● Description of the task
Scan the records for the word "amount". Return each line where it is found.

[[ The input open ]]

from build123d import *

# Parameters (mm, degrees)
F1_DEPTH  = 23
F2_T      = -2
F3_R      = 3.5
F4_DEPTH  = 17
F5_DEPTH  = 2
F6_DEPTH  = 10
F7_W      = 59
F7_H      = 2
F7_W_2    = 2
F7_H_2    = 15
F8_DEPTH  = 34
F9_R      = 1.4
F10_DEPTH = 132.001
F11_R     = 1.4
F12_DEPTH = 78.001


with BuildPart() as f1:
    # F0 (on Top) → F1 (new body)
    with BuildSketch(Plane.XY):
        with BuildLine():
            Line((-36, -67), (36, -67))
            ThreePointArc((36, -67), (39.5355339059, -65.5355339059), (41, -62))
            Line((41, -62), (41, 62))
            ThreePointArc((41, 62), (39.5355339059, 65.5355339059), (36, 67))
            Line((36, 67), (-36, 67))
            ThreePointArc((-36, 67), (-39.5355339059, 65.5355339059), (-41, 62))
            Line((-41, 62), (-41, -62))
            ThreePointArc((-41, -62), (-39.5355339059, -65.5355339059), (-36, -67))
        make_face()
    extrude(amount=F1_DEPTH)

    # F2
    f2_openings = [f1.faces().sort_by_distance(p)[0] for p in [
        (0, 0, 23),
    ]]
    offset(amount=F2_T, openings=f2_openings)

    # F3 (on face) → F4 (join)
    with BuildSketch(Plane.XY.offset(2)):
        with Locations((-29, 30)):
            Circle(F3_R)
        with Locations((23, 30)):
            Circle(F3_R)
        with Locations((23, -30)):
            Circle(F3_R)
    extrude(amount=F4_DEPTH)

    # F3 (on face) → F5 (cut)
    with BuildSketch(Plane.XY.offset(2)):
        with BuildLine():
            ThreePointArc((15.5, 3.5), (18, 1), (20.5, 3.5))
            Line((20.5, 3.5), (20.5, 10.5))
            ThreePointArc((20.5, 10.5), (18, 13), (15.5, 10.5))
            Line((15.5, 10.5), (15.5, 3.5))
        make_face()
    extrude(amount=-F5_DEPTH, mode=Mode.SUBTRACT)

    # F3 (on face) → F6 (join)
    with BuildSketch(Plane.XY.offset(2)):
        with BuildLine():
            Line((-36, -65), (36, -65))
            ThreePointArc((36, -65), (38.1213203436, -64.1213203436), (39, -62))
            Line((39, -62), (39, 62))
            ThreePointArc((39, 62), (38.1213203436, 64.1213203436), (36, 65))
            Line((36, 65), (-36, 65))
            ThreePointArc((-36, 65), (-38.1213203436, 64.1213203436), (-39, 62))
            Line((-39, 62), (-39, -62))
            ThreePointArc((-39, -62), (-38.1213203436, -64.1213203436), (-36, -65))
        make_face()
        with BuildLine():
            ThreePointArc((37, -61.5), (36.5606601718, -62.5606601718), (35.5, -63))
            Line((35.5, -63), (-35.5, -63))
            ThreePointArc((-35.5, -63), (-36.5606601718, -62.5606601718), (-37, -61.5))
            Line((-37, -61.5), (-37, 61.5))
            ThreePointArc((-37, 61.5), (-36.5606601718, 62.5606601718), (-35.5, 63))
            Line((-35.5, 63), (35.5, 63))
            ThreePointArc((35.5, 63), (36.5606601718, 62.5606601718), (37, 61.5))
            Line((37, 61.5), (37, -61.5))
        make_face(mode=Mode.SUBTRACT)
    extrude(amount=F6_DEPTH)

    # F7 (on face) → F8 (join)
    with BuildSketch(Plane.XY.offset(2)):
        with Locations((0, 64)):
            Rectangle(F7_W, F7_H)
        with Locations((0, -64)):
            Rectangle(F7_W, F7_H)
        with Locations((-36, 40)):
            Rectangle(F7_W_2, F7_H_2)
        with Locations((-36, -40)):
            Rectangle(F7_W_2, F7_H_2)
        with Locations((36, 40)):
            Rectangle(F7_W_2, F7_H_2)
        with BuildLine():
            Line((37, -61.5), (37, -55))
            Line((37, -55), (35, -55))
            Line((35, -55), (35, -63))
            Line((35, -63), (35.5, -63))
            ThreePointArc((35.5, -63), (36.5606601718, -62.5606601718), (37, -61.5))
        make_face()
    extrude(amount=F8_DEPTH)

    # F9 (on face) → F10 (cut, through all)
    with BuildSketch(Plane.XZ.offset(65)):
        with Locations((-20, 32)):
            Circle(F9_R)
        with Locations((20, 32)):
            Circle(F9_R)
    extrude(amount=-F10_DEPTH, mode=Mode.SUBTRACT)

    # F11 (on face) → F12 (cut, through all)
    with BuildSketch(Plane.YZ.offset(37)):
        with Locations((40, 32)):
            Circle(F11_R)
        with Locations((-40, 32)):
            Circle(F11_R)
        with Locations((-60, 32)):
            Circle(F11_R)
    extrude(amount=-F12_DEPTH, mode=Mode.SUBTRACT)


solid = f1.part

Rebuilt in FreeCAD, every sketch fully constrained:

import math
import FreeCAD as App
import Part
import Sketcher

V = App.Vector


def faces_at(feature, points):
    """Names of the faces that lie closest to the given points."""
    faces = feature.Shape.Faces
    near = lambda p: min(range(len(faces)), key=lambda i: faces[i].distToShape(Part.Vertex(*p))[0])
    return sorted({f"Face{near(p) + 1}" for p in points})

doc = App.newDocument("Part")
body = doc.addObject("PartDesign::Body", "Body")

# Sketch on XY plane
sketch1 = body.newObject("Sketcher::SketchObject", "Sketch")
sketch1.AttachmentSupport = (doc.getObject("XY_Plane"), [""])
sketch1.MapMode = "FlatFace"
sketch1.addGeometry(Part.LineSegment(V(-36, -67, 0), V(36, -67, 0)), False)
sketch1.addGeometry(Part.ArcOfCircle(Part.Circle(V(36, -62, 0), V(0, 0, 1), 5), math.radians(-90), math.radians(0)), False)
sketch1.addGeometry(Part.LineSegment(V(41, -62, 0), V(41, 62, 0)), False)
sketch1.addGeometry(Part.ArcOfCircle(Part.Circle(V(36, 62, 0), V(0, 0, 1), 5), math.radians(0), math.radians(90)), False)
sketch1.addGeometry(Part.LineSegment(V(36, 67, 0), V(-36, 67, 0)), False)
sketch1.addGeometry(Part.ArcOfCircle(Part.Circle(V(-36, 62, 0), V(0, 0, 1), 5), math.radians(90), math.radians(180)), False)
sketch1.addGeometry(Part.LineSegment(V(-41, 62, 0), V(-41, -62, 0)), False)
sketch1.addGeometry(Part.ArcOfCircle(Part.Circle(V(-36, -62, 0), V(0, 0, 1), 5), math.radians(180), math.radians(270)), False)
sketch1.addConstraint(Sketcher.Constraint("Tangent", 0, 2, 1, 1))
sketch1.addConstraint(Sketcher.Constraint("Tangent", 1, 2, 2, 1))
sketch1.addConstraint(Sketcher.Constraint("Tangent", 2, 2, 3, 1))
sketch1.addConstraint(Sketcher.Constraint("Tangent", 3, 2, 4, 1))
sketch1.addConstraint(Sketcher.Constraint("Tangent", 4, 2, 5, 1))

[[ The input closed ]]
[[ The input open ]]

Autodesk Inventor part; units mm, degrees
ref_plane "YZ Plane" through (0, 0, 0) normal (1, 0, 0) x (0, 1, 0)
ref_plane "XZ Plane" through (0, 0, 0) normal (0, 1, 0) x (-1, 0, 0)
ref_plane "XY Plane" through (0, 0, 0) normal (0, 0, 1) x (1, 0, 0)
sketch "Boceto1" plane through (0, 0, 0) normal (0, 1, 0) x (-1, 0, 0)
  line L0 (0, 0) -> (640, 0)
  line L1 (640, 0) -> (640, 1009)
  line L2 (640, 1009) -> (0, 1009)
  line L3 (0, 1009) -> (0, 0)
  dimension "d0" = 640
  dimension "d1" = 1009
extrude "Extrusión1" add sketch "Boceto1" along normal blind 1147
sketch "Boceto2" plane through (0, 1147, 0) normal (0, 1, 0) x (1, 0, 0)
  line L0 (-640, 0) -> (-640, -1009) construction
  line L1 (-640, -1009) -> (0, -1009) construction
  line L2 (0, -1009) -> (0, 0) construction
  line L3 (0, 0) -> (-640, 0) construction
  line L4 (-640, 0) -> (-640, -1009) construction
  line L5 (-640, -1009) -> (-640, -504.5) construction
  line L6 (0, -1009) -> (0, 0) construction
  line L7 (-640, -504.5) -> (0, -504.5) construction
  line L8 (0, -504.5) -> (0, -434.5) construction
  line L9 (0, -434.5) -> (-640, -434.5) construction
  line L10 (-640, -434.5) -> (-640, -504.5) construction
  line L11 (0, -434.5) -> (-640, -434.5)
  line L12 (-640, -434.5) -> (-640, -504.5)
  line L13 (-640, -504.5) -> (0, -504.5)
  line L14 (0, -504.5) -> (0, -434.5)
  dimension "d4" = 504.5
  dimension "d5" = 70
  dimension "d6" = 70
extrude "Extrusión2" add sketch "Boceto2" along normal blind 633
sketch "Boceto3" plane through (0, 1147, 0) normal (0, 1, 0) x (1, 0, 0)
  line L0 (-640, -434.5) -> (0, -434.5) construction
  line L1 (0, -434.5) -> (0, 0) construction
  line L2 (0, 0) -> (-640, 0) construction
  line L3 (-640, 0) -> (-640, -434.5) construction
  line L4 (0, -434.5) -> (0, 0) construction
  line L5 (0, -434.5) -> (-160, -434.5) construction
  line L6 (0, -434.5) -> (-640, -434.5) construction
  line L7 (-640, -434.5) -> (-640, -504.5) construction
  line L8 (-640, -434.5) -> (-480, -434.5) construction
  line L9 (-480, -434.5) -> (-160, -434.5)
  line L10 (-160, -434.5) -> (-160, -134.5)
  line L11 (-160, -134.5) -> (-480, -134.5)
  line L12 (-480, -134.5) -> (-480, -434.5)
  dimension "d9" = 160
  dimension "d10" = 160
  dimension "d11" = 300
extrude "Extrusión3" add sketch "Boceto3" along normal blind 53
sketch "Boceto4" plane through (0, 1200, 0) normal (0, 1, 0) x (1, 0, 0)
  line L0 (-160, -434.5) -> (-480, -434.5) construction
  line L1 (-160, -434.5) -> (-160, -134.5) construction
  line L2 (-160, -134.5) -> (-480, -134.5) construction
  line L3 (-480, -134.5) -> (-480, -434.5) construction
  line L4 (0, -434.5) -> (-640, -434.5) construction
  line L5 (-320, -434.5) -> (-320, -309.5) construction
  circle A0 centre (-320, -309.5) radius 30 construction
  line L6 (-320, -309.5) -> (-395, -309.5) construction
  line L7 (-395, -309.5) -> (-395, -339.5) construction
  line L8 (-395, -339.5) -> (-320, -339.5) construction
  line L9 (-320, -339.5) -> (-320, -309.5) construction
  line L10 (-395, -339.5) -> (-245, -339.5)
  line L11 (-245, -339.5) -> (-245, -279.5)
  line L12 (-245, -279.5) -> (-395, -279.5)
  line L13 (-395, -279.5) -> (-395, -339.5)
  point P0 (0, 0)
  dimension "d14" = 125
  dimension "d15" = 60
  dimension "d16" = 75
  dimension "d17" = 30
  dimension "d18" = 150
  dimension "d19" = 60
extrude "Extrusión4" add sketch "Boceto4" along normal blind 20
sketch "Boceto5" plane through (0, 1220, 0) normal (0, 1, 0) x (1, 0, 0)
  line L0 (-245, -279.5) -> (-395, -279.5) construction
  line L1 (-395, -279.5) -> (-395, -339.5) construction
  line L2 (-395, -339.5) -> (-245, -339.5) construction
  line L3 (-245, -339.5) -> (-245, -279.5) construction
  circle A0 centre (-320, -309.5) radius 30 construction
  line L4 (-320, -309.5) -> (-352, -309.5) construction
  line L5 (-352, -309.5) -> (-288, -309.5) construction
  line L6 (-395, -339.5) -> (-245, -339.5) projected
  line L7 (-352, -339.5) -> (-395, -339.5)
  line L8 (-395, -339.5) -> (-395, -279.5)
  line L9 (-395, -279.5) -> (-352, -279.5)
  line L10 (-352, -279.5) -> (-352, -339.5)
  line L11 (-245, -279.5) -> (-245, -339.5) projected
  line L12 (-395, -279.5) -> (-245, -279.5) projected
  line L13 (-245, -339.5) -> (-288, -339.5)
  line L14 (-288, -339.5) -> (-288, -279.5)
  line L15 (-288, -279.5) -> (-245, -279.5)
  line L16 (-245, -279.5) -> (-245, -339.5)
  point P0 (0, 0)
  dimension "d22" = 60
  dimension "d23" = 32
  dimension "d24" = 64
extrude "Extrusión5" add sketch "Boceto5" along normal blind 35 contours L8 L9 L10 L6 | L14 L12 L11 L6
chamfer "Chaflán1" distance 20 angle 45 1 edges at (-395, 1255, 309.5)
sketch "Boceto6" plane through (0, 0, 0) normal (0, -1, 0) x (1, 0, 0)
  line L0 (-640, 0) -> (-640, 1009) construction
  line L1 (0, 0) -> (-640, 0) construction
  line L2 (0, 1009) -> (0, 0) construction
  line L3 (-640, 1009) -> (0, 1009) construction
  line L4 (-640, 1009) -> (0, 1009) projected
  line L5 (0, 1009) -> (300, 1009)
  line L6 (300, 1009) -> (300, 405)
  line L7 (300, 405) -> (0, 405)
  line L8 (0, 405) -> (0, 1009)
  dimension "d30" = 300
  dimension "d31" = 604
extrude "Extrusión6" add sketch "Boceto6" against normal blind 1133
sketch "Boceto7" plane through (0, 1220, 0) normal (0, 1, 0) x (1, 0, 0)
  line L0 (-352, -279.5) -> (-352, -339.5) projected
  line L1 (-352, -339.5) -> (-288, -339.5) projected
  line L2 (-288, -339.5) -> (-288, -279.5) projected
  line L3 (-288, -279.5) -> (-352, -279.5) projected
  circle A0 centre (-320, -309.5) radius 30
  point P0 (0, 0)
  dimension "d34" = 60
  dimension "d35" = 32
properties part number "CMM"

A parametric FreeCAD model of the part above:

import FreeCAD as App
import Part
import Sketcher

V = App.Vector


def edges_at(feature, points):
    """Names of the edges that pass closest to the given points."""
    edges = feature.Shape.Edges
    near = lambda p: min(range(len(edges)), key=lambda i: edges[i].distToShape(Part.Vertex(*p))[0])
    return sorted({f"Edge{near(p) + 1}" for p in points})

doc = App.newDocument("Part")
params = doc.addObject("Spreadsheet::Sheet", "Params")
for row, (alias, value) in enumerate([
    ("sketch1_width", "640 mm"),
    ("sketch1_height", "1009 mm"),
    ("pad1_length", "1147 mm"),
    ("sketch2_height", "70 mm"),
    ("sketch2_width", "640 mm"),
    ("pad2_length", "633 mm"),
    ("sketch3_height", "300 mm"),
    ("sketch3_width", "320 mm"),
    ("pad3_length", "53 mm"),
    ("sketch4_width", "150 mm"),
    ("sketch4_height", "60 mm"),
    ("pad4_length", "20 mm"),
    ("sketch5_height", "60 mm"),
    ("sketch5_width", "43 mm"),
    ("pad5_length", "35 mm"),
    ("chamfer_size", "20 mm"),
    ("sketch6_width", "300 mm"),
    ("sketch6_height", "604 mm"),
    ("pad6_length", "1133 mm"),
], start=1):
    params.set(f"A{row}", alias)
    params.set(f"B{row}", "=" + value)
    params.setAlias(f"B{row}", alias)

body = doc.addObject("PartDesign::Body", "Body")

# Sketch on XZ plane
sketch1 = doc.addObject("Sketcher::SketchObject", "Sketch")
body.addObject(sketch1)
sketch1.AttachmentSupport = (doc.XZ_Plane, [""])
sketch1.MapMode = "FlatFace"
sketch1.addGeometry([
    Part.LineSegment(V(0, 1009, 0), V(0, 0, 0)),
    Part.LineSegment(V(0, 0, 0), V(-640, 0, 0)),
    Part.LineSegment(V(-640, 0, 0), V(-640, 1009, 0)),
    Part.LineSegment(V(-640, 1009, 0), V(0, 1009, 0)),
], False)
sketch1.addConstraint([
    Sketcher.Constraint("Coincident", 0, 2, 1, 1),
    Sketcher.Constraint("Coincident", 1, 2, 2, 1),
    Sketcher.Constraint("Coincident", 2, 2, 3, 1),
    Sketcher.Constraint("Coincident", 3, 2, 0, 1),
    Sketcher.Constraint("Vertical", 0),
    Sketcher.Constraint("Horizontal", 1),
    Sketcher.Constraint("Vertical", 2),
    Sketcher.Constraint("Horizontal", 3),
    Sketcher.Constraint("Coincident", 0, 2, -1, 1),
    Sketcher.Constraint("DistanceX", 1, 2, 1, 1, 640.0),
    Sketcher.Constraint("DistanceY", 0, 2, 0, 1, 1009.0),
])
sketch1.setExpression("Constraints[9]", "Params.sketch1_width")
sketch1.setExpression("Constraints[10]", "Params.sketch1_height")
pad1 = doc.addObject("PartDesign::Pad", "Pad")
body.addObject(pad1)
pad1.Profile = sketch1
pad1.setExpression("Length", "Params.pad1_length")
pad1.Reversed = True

[[ The input closed ]]

● Output for this exercise
    extrude(amount=F1_DEPTH)
    offset(amount=F2_T, openings=f2_openings)
    extrude(amount=F4_DEPTH)
    extrude(amount=-F5_DEPTH, mode=Mode.SUBTRACT)
    extrude(amount=F6_DEPTH)
    extrude(amount=F8_DEPTH)
    extrude(amount=-F10_DEPTH, mode=Mode.SUBTRACT)
    extrude(amount=-F12_DEPTH, mode=Mode.SUBTRACT)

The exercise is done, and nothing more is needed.